Rav Mordecai Gafni stresses that the Torah, the O.T. (Only Testament), while so much more than a mere work of great literature, is also the greatest work of literature, God being its Awesome Almighty Author. Besides being the world's most popular book of all times, a careful reading of it as literature will both reveal many of its deepest messages and cultivate our own literary talents. Rav Gafni notes that Exodus opens with a stress on Israel's names, homes and families, and their links to Yaakov, to their Divine tradition. The tale of Exodus is the tale of their gradual loss, as the Jews slip into the faceless and nameless irresponsible anonymity of decadent Egptian civilization, culminating in the ultimate anonymity, slavery; their recovery begins with their redeemers, Shifra, Pua, and Moshe, the few heroes with proper names at the beginning of the book-- everyone else is referred to only by mere pronouns or titles, e.g. Pharo (but cf. "the daughter of Pharo", who is a nameless redeemer; perhaps she's acting against her probably profane given Egyptian name).

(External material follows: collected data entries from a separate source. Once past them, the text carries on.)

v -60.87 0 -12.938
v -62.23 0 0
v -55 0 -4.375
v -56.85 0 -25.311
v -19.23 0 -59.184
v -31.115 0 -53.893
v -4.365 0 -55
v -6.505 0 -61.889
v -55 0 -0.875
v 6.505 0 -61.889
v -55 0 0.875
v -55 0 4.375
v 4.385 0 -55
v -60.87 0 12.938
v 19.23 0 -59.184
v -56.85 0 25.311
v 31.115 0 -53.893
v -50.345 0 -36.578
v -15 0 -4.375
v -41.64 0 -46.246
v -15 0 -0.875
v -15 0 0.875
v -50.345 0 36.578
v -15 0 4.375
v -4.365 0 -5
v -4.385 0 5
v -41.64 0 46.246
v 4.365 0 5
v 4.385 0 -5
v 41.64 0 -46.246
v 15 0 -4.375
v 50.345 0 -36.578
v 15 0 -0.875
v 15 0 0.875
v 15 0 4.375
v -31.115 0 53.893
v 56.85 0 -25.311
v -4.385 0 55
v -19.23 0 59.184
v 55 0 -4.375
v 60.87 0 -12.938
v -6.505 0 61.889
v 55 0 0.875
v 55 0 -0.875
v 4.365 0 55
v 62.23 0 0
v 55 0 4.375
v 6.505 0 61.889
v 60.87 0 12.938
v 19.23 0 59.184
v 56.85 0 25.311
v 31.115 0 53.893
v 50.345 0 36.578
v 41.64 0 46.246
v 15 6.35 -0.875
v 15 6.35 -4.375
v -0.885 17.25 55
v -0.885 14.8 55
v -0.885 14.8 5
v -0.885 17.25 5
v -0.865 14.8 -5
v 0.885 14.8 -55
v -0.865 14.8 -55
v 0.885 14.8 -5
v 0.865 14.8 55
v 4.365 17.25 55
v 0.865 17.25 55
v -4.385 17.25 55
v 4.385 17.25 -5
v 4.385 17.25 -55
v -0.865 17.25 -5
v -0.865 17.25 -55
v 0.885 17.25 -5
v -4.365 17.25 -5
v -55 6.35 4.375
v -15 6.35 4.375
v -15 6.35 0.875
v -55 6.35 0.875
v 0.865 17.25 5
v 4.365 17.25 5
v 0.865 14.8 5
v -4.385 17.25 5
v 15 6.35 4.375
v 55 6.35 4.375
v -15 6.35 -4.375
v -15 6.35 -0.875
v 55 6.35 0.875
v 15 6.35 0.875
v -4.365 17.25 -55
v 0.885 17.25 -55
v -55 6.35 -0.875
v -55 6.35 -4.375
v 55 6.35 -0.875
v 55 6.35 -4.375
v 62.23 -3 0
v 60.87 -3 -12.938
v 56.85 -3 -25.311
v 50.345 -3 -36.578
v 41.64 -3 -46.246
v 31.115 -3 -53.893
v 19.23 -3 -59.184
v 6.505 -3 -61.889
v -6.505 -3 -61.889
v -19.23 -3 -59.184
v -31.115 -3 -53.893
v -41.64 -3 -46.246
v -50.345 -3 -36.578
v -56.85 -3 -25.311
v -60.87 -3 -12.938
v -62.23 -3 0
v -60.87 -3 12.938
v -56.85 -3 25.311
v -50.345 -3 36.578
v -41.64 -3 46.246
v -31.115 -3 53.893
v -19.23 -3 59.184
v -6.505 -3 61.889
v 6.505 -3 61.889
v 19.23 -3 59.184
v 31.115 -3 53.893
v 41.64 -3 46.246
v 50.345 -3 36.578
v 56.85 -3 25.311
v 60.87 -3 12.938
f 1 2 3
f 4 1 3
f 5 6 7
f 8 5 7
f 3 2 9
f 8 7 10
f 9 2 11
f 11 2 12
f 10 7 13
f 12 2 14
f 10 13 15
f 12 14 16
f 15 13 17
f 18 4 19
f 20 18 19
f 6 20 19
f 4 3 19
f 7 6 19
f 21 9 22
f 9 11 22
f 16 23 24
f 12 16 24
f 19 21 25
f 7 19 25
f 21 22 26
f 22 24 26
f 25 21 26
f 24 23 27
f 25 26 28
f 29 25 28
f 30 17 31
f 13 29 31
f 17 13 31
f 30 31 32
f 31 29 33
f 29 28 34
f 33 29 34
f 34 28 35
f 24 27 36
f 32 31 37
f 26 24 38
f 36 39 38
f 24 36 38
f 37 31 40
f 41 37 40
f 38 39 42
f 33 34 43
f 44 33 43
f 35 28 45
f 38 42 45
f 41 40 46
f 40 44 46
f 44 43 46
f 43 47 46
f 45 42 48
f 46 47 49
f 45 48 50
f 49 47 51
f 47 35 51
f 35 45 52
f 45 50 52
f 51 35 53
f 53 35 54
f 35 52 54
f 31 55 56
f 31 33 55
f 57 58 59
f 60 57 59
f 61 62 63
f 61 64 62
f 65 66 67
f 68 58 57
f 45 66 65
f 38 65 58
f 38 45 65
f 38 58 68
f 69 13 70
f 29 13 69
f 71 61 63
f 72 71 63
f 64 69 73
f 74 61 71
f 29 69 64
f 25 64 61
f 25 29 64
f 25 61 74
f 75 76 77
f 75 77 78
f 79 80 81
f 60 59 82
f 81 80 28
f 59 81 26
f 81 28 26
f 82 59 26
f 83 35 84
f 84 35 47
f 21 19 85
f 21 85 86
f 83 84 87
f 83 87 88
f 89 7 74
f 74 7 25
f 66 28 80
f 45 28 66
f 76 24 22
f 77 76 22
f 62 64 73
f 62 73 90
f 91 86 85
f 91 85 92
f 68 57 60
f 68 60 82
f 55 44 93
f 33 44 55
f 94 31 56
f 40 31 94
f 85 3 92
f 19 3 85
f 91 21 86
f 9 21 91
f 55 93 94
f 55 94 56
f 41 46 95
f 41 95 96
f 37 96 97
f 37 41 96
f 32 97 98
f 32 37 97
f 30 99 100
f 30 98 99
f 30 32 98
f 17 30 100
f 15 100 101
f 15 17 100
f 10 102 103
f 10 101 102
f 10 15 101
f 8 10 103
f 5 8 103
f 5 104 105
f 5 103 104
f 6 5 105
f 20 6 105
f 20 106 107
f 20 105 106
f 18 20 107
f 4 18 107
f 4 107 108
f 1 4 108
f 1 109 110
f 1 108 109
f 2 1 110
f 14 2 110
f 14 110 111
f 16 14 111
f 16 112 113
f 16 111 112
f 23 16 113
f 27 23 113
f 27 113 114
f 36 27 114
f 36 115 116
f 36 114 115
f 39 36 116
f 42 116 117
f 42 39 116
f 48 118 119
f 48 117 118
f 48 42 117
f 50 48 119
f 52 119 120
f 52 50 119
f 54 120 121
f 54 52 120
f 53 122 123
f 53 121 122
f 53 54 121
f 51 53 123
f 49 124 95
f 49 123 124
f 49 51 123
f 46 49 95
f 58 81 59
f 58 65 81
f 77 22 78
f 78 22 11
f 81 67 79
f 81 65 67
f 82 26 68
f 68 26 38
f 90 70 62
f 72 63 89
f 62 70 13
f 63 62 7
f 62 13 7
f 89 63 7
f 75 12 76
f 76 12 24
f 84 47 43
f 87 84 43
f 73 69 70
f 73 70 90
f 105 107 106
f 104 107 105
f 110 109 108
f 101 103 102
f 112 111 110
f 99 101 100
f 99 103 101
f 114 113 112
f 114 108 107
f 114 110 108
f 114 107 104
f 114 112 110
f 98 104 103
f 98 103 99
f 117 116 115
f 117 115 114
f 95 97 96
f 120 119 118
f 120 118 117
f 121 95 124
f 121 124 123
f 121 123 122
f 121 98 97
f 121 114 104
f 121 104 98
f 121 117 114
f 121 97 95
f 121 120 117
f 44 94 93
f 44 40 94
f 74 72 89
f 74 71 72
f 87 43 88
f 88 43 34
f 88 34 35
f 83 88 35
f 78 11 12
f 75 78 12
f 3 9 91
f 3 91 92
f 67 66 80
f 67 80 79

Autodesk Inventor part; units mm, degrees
ref_plane "YZ Plane" through (0, 0, 0) normal (1, 0, 0) x (0, 1, 0)
ref_plane "XZ Plane" through (0, 0, 0) normal (0, 1, 0) x (-1, 0, 0)
ref_plane "XY Plane" through (0, 0, 0) normal (0, 0, 1) x (1, 0, 0)
sketch "Sketch1" plane through (0, 0, 0) normal (0, 1, 0) x (-1, 0, 0)
  line L0 (4.385, 55) -> (0.885, 55)
  line L1 (0.885, 55) -> (0.885, 5)
  line L2 (0.885, 5) -> (4.385, 5)
  line L3 (4.385, 5) -> (4.385, 55)
  line L4 (-0.865, 5) -> (-4.365, 5)
  line L5 (-4.365, 5) -> (-4.365, 55)
  line L6 (-4.365, 55) -> (-0.865, 55)
  line L7 (-0.865, 55) -> (-0.865, 5)
  line L8 (0.885, 5) -> (-0.865, 5)
  line L9 (-0.865, 55) -> (0.885, 55)
  line L10 (4.365, -5) -> (0.865, -5)
  line L11 (0.865, -5) -> (0.865, -55)
  line L12 (0.865, -55) -> (4.365, -55)
  line L13 (4.365, -55) -> (4.365, -5)
  line L14 (-0.885, -55) -> (-4.385, -55)
  line L15 (-4.385, -55) -> (-4.385, -5)
  line L16 (-4.385, -5) -> (-0.885, -5)
  line L17 (-0.885, -5) -> (-0.885, -55)
  line L18 (-0.885, -5) -> (0.865, -5)
  line L19 (0.865, -55) -> (-0.885, -55)
  line L20 (55, -4.375) -> (15, -4.375)
  line L21 (15, -4.375) -> (15, -0.875)
  line L22 (15, -0.875) -> (55, -0.875)
  line L23 (55, -0.875) -> (55, -4.375)
  line L24 (15, 0.875) -> (55, 0.875)
  line L25 (55, 0.875) -> (55, 4.375)
  line L26 (55, 4.375) -> (15, 4.375)
  line L27 (15, 4.375) -> (15, 0.875)
  line L28 (-15, -4.375) -> (-55, -4.375)
  line L29 (-55, -4.375) -> (-55, -0.875)
  line L30 (-55, -0.875) -> (-15, -0.875)
  line L31 (-15, -0.875) -> (-15, -4.375)
  line L32 (-55, 0.875) -> (-15, 0.875)
  line L33 (-15, 0.875) -> (-15, 4.375)
  line L34 (-15, 4.375) -> (-55, 4.375)
  line L35 (-55, 4.375) -> (-55, 0.875)
  line L36 (-15, 0.875) -> (-15, -0.875) construction
  line L37 (-55, -0.875) -> (-55, 0.875) construction
  line L38 (15, 0.875) -> (15, -0.875) construction
  line L39 (55, -0.875) -> (55, 0.875) construction
  line L40 (15, -4.375) -> (-15, -4.375) construction
  line L41 (-15, 4.375) -> (15, 4.375) construction
  line L42 (15, -4.375) -> (0, 0) construction
  line L43 (0, 0) -> (-15, -4.375) construction
  line L44 (-15, 4.375) -> (0, 0) construction
  line L45 (-4.385, -5) -> (0, 0) construction
  line L46 (0, 0) -> (4.385, 5) construction
  line L47 (0, 0) -> (4.365, -5) construction
  line L48 (0, 0) -> (-4.365, 5) construction
  point P0 (-0.01, -5)
  point P1 (0.01, 5)
  dimension "d0" = 1.75
  dimension "d2" = 110
  dimension "d3" = 3.5
  dimension "d5" = 40
  dimension "d15" = 30
  dimension "d16" = 10
  dimension "d21" = 0.01
extrude "Extrusion1" add sketch "Sketch1" along normal blind 6.35 contours L20 L21 L22 L23 | L27 L26 L25 L24 | L28 L29 L30 L31 | L35 L34 L33 L32
extrude "Extrusion3" add sketch "Sketch1" along normal blind 17.25 contours L3 L2 L1 L0 | L7 L4 L5 L6 | L13 L12 L11 L10 | L17 L14 L15 L16
sketch "Sketch2" plane through (0, 0, 0) normal (0, -1, 0) x (1, 0, 0)
  circle A0 centre (0, 0) radius 62.23
  dimension "d8" = 124.46
extrude "Extrusion2" add sketch "Sketch2" along normal blind 3
extrude "Extrusion4" add sketch "Sketch1" along normal blind 14.8 contours L3 L2 L1 L0 | L1 L8 L7 L9 | L7 L4 L5 L6 | L13 L12 L11 L10 | L11 L19 L17 L18 | L17 L14 L15 L16
properties part number "Soldering Jig"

Without "names", strong personal identity and uniqueness, emulating God Himself, one can't form "homes", families-- the Hebrew slave "married" to a Canaanite slave woman doesn't "own' his own family-- they belong to his master (21:1f; but his Jewish family, pre-dating his slavery, remains his, as would any Jewish family which he founds while a slave-- YF). YF: So both individual realization and family, for a Jew, depend on his connection to his tradition and mission, and are a sine qua non for its successful perpetuation and impact. Tho there is a conflict between independent individual development and binding family and communal commitment, a shared commitment to Yaakov's mission, each according to his abilities and temperament, can bridge the gap-- tho a veil may separate Rivka and Yitzchak, they both carry on the torch of Torah ; as each has a different role in Tzahal (my son Ariel just completed his service), but with mutual cooperation and respect, so is the case in God's Army. Some are Satmar, raising 15 insular children, some Rav Kook, fully blending God's Torah and God's world.

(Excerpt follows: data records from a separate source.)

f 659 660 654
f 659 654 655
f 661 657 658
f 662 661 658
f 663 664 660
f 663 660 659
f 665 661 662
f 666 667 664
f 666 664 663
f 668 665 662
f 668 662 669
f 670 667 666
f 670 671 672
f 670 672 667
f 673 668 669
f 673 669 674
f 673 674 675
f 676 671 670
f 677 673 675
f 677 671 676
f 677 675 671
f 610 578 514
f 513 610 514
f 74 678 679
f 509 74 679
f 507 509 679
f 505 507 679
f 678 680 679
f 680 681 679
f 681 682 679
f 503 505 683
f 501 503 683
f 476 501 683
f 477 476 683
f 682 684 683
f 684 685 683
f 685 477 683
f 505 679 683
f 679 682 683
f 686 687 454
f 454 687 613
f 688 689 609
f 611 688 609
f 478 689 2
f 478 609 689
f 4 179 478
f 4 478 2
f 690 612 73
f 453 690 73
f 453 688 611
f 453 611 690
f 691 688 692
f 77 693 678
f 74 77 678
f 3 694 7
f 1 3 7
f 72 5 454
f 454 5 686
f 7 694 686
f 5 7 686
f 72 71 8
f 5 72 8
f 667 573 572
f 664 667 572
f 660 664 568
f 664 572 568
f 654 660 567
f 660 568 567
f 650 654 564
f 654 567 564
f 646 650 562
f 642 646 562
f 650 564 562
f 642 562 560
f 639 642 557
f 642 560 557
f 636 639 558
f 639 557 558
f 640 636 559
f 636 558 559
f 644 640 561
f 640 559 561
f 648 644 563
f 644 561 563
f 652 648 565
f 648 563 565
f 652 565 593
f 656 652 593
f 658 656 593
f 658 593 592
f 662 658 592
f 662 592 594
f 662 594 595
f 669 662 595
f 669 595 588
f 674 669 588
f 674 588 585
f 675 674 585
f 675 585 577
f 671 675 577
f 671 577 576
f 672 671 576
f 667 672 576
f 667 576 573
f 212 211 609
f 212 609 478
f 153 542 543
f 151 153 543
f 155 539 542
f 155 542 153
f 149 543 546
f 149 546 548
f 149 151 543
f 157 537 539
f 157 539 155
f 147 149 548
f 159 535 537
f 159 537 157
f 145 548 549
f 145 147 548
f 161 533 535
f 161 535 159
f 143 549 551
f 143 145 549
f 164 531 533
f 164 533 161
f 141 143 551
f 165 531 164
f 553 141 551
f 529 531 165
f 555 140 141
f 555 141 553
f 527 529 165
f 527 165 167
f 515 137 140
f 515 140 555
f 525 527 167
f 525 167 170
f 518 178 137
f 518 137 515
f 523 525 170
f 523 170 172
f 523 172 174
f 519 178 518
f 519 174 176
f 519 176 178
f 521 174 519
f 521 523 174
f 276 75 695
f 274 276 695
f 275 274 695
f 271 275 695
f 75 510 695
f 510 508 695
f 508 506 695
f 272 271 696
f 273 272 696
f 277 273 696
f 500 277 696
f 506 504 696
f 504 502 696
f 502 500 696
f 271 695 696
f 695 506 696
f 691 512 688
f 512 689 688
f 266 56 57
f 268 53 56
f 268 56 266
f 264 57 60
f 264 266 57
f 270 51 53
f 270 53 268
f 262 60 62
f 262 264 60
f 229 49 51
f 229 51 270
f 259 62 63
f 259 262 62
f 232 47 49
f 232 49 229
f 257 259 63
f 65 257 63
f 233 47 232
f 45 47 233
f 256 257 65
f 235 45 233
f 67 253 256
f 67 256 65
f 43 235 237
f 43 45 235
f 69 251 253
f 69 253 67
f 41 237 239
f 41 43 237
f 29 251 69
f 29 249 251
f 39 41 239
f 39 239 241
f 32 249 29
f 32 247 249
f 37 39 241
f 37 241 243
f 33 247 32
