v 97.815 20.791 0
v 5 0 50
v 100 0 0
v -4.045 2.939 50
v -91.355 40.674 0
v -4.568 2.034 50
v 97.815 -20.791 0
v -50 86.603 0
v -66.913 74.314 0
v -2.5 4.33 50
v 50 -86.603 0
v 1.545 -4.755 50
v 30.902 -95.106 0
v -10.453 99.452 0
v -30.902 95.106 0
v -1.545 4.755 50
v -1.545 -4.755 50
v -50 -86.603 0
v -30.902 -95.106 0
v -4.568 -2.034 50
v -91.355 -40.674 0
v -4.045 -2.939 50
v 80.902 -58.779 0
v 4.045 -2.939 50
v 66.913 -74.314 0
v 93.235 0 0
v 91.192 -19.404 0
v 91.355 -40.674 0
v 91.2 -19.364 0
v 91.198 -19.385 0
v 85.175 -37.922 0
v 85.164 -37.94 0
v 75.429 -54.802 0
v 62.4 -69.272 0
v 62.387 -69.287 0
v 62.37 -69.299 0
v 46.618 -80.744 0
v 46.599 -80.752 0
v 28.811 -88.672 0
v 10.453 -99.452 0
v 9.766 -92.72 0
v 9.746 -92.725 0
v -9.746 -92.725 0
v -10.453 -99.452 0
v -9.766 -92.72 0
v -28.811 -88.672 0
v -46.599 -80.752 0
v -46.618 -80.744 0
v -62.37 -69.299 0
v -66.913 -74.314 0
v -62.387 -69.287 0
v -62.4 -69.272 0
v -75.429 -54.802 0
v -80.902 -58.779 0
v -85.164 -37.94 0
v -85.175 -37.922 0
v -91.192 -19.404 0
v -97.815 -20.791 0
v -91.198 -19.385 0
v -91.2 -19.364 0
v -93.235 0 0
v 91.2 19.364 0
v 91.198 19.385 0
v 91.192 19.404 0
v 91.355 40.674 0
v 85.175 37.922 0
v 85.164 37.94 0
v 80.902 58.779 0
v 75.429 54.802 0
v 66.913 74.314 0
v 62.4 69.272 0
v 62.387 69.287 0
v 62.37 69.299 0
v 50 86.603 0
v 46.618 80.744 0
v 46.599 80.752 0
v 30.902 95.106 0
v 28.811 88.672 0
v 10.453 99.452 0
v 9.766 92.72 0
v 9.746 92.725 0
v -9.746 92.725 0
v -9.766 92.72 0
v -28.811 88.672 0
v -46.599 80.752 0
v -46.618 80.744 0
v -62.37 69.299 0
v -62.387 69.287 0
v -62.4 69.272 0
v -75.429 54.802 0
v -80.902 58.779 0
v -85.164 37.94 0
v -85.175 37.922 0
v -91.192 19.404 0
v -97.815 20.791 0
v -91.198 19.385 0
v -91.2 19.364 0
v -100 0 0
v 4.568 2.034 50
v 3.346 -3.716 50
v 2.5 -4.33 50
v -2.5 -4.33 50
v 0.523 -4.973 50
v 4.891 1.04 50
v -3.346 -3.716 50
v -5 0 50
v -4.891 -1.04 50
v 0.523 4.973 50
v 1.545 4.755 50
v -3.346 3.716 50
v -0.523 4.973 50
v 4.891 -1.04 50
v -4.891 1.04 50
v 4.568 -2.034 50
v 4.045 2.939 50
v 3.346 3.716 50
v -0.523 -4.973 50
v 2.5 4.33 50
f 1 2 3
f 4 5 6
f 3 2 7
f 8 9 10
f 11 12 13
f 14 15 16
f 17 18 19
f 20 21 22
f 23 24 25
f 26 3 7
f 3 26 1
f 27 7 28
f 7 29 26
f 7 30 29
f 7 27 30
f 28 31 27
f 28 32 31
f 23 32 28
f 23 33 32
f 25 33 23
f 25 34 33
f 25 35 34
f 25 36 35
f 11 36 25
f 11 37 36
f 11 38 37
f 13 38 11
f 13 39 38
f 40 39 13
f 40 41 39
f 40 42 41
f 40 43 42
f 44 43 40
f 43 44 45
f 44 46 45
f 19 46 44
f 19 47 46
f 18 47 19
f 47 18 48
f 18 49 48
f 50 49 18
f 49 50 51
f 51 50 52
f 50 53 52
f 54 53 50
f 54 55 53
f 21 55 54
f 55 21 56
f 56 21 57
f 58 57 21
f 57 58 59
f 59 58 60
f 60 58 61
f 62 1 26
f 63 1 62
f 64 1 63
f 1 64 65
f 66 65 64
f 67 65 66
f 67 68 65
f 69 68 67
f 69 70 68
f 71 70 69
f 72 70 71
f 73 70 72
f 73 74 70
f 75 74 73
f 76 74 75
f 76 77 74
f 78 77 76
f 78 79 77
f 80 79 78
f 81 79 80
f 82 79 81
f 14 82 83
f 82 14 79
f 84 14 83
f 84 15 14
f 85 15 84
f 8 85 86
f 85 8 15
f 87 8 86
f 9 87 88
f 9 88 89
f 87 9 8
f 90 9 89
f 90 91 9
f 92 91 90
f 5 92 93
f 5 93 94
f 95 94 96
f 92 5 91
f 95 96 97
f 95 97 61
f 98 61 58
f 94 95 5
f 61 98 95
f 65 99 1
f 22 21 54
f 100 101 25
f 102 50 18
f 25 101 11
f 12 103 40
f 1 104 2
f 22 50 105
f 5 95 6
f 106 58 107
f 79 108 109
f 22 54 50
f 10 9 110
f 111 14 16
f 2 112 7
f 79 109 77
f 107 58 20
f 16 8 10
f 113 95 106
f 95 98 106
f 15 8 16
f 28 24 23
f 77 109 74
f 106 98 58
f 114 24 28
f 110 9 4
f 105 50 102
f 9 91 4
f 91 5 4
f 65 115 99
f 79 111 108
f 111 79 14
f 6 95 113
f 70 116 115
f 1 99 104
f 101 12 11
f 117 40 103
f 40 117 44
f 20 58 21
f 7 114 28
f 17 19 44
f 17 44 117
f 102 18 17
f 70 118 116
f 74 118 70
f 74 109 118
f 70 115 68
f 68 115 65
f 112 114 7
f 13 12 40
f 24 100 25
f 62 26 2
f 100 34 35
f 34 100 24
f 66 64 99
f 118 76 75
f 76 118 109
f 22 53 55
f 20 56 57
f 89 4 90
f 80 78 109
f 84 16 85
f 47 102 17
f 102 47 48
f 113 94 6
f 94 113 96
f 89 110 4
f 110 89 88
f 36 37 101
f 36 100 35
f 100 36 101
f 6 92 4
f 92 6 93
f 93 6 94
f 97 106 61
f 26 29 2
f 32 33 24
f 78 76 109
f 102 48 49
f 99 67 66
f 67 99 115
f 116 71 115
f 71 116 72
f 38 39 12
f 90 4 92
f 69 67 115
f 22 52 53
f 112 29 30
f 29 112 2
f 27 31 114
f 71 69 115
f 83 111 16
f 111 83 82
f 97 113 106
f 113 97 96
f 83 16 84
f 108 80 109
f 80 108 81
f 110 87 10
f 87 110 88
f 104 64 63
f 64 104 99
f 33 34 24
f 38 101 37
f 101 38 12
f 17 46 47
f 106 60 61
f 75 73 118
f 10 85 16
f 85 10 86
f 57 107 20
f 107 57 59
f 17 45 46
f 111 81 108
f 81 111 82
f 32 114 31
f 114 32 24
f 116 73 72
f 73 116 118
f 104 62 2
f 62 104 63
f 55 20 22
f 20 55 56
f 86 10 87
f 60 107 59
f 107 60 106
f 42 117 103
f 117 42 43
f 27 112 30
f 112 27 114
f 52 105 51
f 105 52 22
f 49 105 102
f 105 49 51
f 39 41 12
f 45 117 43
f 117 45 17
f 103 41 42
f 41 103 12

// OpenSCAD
// Define parameters for the hat
hat_height = 50;            // Height of the conical hat part
hat_rad_top = 5;            // Top radius (small point of the cone)
hat_rad_bottom = 100;       // Bottom radius of the hat

// Create the conical part of the hat
module chinese_hat() {
    difference() {
        // Cone
        cylinder(h = hat_height, r1 = hat_rad_bottom, r2 = hat_rad_top);

        // Hollow inside
        translate([0, 0, -1])
        cylinder(h = hat_height + 1, r1 = hat_rad_bottom - 5, r2 = hat_rad_top);
    }
}

// Render the hat
chinese_hat();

Caroline Peyser equates the Book of Exodus with a search for identity in "Torah of the Mothers- Contemporary Jewish Women Read Classical Jewish Texts" ($30 from TOP). She concludes: "Alienation and identity play a central role in the Exodus narrative. Both on the individual and national levels, the experience of being a stranger and searching out one's past figure prominently in the process of psychological development. Moshe, the estranged son of his people, who grew up in the house of the enemy and oppressor, did not share in the immediate history of his people. In his privileged status as a prince in Pharoh's house, a safe distance from the mud pits of his enslaved brethren, he remianed physically and culturally disconnected from their experience. Yet he too knew, on a personal level, the meaning of being a stranger in a foreign land, and the struggle to separate from the surrounding culture, in an attempt to establish an independent identity. The correspondence between his personal odyssey and that of the Children 9of Israel provided him with intimate knowledge of their psychological experience, making him uniquely suited to serve as their leader."